Logarithms are undefined for zero and negative numbers in the real number system because there is no real-valued exponent that makes b^y equal zero or a negative number. For any positive base b greater than 1, b^y is always positive for any real y — it approaches zero as y approaches negative infinity but never actually reaches zero or goes negative. This is why the domain of logb(x) is restricted to x > 0. In complex number theory, logarithms of negative numbers and zero do have definitions, but they return complex values and are beyond the scope of standard logarithm calculations. This calculator will return no result if you enter a non-positive argument.
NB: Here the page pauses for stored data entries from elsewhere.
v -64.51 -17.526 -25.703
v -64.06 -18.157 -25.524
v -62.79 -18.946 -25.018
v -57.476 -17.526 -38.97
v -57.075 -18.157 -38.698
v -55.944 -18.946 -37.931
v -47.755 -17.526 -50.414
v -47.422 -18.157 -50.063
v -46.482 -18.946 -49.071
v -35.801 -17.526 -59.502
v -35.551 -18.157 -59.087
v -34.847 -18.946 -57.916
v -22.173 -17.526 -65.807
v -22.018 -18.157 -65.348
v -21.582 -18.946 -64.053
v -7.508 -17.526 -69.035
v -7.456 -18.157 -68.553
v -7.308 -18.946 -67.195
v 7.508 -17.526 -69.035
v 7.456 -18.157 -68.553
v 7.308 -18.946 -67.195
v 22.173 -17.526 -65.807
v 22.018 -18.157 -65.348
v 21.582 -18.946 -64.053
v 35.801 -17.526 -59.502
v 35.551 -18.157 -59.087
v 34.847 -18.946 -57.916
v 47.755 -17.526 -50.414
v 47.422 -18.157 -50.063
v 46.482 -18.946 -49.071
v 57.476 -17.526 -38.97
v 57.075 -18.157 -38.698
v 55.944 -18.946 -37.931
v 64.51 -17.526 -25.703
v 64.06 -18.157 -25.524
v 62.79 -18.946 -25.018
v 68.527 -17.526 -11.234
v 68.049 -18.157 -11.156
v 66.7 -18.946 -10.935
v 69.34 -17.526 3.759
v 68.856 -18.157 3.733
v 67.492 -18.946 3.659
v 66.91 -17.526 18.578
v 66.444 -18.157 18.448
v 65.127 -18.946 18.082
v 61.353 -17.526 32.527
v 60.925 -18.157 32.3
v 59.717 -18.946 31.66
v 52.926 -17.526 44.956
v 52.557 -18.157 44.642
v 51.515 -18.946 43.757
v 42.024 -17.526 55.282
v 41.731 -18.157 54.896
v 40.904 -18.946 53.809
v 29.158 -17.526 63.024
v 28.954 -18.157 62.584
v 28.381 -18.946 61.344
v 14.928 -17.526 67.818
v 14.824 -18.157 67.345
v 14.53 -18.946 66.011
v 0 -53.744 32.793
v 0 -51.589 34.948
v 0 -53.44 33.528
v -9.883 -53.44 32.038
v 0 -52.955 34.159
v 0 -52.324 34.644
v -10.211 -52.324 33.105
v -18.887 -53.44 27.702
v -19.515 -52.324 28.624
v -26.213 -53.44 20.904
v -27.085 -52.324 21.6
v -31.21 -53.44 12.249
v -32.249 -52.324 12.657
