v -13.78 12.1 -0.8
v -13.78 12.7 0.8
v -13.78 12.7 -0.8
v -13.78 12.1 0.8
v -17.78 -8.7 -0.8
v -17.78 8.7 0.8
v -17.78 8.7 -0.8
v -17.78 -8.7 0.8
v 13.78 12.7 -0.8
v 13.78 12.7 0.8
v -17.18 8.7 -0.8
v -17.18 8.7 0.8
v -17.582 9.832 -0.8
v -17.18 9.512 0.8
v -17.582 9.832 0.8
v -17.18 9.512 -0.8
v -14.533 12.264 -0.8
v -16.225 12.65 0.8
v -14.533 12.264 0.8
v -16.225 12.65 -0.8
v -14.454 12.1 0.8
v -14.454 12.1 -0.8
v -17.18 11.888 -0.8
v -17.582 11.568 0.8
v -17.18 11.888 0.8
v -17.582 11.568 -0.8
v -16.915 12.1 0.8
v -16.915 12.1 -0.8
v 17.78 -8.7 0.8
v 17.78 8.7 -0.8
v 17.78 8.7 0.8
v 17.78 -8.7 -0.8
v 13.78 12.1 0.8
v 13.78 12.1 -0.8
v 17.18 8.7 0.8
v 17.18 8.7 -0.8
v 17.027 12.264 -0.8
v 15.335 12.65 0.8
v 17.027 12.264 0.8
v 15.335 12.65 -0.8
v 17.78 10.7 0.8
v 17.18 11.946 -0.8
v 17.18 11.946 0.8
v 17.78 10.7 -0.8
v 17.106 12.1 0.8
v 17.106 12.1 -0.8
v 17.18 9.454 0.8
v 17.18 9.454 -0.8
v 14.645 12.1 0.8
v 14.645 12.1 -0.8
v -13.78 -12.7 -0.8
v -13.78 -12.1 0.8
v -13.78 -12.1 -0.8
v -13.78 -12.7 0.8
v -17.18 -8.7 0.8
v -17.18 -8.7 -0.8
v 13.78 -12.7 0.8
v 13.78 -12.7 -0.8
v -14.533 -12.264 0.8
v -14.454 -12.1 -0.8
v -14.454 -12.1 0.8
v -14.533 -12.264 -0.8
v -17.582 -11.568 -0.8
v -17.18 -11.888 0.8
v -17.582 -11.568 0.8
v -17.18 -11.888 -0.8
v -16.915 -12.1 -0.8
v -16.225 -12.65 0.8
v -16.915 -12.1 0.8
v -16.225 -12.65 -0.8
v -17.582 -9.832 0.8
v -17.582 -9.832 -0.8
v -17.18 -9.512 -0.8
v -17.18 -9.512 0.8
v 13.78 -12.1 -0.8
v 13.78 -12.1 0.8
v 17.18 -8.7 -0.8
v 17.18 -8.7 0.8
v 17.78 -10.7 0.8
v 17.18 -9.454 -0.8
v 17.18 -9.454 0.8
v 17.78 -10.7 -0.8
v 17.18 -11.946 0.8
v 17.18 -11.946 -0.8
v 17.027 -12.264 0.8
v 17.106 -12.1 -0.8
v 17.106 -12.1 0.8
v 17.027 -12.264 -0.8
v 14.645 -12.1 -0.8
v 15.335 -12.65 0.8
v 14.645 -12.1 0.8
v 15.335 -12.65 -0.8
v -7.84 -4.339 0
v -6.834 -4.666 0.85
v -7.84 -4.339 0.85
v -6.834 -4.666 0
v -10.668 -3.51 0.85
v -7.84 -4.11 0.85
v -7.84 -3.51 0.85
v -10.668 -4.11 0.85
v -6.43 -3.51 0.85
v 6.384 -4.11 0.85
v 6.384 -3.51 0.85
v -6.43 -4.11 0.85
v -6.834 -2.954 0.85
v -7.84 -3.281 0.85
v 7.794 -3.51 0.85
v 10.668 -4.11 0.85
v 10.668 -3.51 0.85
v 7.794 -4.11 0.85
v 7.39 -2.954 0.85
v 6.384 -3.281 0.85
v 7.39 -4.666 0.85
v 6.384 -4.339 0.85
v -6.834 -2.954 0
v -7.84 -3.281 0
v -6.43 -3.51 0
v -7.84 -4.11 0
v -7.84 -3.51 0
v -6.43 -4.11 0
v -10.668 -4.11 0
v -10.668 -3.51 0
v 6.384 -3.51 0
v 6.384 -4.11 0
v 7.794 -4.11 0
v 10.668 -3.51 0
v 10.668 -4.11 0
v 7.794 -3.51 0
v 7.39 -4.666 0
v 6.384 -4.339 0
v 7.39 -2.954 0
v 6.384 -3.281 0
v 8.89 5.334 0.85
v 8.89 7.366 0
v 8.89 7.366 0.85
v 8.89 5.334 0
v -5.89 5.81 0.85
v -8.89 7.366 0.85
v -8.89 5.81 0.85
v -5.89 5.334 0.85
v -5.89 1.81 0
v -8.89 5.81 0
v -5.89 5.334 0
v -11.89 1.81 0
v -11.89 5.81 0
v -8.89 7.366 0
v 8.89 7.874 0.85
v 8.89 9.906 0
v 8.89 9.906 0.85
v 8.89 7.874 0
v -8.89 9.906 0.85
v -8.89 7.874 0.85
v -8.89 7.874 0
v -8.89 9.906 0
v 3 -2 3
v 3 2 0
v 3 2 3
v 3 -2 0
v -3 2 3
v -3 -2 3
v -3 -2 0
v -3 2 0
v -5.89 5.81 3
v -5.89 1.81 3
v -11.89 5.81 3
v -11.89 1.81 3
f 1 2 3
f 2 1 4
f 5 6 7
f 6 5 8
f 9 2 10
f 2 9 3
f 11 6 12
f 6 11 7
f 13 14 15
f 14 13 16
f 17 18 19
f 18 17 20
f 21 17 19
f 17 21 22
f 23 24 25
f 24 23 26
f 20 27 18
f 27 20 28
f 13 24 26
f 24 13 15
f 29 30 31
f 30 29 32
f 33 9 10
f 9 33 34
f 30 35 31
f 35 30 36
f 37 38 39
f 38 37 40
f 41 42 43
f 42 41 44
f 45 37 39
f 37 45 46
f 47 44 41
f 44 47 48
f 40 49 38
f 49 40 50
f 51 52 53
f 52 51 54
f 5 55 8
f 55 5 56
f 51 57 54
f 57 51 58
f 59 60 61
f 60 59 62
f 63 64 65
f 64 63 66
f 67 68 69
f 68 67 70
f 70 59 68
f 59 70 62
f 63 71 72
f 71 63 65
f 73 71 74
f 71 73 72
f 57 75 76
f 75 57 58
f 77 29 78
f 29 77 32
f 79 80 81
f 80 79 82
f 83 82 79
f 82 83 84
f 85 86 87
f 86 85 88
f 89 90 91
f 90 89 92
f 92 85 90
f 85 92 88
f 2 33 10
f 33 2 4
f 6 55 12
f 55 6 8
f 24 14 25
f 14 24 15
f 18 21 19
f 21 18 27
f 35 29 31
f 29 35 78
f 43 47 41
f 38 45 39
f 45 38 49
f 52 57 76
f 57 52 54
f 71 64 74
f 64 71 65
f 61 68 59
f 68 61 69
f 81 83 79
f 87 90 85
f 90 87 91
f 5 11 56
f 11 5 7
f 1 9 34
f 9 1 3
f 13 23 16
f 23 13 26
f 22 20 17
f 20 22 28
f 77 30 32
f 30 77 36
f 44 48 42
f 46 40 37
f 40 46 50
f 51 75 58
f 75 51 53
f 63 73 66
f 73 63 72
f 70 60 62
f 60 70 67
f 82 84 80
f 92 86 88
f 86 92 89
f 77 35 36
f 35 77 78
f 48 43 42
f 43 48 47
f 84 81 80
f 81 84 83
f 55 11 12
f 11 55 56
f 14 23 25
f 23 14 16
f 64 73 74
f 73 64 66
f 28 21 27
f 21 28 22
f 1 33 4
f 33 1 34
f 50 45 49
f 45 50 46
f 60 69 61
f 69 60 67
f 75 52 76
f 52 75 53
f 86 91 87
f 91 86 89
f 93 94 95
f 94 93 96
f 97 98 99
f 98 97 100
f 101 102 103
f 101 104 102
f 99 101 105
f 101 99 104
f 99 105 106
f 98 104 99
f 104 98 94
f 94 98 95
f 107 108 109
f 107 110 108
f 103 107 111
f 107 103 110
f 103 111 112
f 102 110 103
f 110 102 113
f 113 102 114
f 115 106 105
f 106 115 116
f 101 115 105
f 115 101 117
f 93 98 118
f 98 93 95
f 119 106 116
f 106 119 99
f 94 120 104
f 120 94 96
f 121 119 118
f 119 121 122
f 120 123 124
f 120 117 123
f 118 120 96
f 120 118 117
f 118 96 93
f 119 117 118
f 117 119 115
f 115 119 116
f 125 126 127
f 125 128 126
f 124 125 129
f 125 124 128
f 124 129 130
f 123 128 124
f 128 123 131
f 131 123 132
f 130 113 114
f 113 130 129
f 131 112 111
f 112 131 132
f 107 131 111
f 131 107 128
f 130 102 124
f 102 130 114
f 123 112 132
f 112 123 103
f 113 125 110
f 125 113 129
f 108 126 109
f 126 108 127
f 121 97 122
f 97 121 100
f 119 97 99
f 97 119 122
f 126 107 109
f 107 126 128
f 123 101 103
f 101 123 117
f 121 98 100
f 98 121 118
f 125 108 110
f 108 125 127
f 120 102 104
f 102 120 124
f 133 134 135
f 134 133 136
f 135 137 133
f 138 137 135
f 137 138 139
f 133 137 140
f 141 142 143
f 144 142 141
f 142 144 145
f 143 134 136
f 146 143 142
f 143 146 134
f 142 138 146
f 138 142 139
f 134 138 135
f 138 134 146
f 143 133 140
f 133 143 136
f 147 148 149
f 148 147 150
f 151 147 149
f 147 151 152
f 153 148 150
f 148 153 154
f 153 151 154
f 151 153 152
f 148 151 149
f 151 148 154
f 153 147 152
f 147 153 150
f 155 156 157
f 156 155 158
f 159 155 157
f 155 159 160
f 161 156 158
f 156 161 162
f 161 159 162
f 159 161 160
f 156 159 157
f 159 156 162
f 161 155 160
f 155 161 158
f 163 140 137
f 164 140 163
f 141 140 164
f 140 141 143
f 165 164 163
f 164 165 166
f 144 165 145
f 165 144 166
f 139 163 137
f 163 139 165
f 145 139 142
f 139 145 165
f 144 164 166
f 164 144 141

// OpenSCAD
// Parameters
pcb_length = 35.56; //[17.78:71.12:0.1]
pcb_width = 25.4; //[12.7:50.8:0.1]
pcb_thickness = 1.6; //[0.8:3.2:0.1]
corner_radius = 2.0; //[0.5:6.0:0.1]
edge_chamfer = 0.6; //[0.2:1.5:0.1]
mount_hole_diameter = 3.2; //[2.0:5.0:0.1]
mount_hole_edge_offset_x = 3.5; //[2.0:8.0:0.1]
mount_hole_edge_offset_y = 3.5; //[2.0:8.0:0.1]
copper_thickness = 0.05; //[0.02:0.2:0.01]
silkscreen_thickness = 0.05; //[0.02:0.2:0.01]
pad_diameter = 1.8; //[1.0:3.5:0.1]
trace_width = 0.6; //[0.2:2.0:0.1]
component_body_height = 3.0; //[1.0:10.0:0.1]
component_body_length = 6.0; //[2.0:15.0:0.1]
component_body_width = 4.0; //[2.0:12.0:0.1]
overlap = 0.8; //[0.2:2.0:0.1]

// Base Shapes
module pcb_body_base() {
  cube([pcb_length, pcb_width, pcb_thickness], center=true);
}

module rounded_corner_cyl() {
  cylinder(r=corner_radius, h=pcb_thickness + overlap*2, center=true);
}

module corner_cut_box() {
  cube([corner_radius*2, corner_radius*2, pcb_thickness + overlap*2], center=true);
}

module edge_chamfer_cut_top() {
  cube([pcb_length - edge_chamfer*2, pcb_width - edge_chamfer*2, pcb_thickness], center=true);
}

module edge_chamfer_cut_bottom() {
  cube([pcb_length - edge_chamfer*2, pcb_width - edge_chamfer*2, pcb_thickness], center=true);
}

module mount_hole_cyl() {
  cylinder(r=mount_hole_diameter/2, h=pcb_thickness + overlap*4, center=true);
}

module copper_pad_cyl() {
  cylinder(r=pad_diameter/2, h=copper_thickness + overlap, center=true);
}

module copper_trace_box() {
  cube([pcb_length*0.6, trace_width, copper_thickness + overlap], center=true);
}

module silkscreen_box() {
  cube([pcb_length*0.5, pcb_width*0.08, silkscreen_thickness + overlap], center=true);
}

module component_body_box() {
  cube([component_body_length, component_body_width, component_body_height], center=true);
}

// Operations
module corner_diff_tl() {
  difference() {
    translate([-pcb_length/2 + corner_radius, pcb_width/2 - corner_radius, 0]) corner_cut_box();
    translate([-pcb_length/2 + corner_radius, pcb_width/2 - corner_radius, 0]) rounded_corner_cyl();
  }
}

module corner_diff_tr() {
  difference() {
    translate([pcb_length/2 - corner_radius, pcb_width/2 - corner_radius, 0]) corner_cut_box();
    translate([pcb_length/2 - corner_radius, pcb_width/2 - corner_radius, 0]) rounded_corner_cyl();
  }
}

module corner_diff_bl() {
  difference() {
    translate([-pcb_length/2 + corner_radius, -pcb_width/2 + corner_radius, 0]) corner_cut_box();
    translate([-pcb_length/2 + corner_radius, -pcb_width/2 + corner_radius, 0]) rounded_corner_cyl();
  }
}

module corner_diff_br() {
  difference() {
    translate([pcb_length/2 - corner_radius, -pcb_width/2 + corner_radius, 0]) corner_cut_box();
    translate([pcb_length/2 - corner_radius, -pcb_width/2 + corner_radius, 0]) rounded_corner_cyl();
  }
}

module pcb_with_rounded_corners() {
  difference() {
    pcb_body_base();
    corner_diff_tl();
    corner_diff_tr();
    corner_diff_bl();
    corner_diff_br();
  }
}

module pcb_with_edge_chamfer() {
  difference() {
    pcb_with_rounded_corners();
    translate([0, 0, pcb_thickness/2]) edge_chamfer_cut_top();
    translate([0, 0, -pcb_thickness/2]) edge_chamfer_cut_bottom();
  }
}

module pcb_body() {
  difference() {
    pcb_with_edge_chamfer();
    translate([-pcb_length/2 + mount_hole_edge_offset_x, pcb_width/2 - mount_hole_edge_offset_y, 0]) mount_hole_cyl();
    translate([pcb_length/2 - mount_hole_edge_offset_x, pcb_width/2 - mount_hole_edge_offset_y, 0]) mount_hole_cyl();
    translate([-pcb_length/2 + mount_hole_edge_offset_x, -pcb_width/2 + mount_hole_edge_offset_y, 0]) mount_hole_cyl();
    translate([pcb_length/2 - mount_hole_edge_offset_x, -pcb_width/2 + mount_hole_edge_offset_y, 0]) mount_hole_cyl();
  }
}

module copper_pads_traces() {
  union() {
    translate([-pcb_length*0.2, -pcb_width*0.15, pcb_thickness/2 + copper_thickness/2 - overlap/2]) copper_pad_cyl();
    translate([pcb_length*0.2, -pcb_width*0.15, pcb_thickness/2 + copper_thickness/2 - overlap/2]) copper_pad_cyl();
    translate([0, -pcb_width*0.15, pcb_thickness/2 + copper_thickness/2 - overlap/2]) copper_trace_box();
  }
}

module silkscreen_markings() {
  union() {
    translate([0, pcb_width*0.25, pcb_thickness/2 + silkscreen_thickness/2 - overlap/2]) silkscreen_box();
    translate([0, pcb_width*0.35, pcb_thickness/2 + silkscreen_thickness/2 - overlap/2]) silkscreen_box();
  }
}

module components() {
  union() {
    translate([0, 0, pcb_thickness/2 + component_body_height/2 - overlap]) component_body_box();
    translate([-pcb_length*0.25, pcb_width*0.15, pcb_thickness/2 + component_body_height/2 - overlap]) component_body_box();
  }
}

// Final Model
module pcb_complete_model() {
  union() {
    pcb_body();
    copper_pads_traces();
    silkscreen_markings();
    components();
  }
}

// Render the complete PCB model
color([0.0, 0.4, 0.2]) pcb_complete_model(); // PCB color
How are logarithms used in real life?
Logarithms appear in measurements where values span many orders of magnitude. The decibel scale (sound, power, electronics) uses dB = 10 × log10(I/I₀), compressing intensities from 10^-12 W/m² to 10^2 W/m² into a 0–140 scale. The Richter scale uses log10 so each unit represents 10× more ground motion amplitude. The pH scale is pH = -log10([H+]), putting hydrogen ion concentrations from 10^-14 to 10^0 mol/L onto a 0–14 scale. In finance, the time to double an investment at continuous interest rate r is t = ln(2)/r. In computing, binary search on n items takes at most log2(n) comparisons. Radioactive half-life problems use natural logarithms. Any time a physical quantity grows or decays exponentially, logarithms describe and quantify the process.
Can I solve for the base or argument given the other two values?
Yes. The Solve Variable tab lets you find any one of the three variables in logb(x) = y given the other two. To solve for y (the logarithm result), enter base b and argument x. To solve for x (the original number), enter base b and result y — this gives x = b^y, the antilogarithm. To solve for b (the base), enter x and y, and the calculator computes b = x^(1/y), which follows algebraically from b^y = x. Note that solving for base requires y ≠ 0 (since x^(1/0) is undefined) and that the resulting base must be positive and not equal to 1 to be a valid logarithm base. The calculator validates all these conditions and shows the formula derivation in the step-by-step solution panel.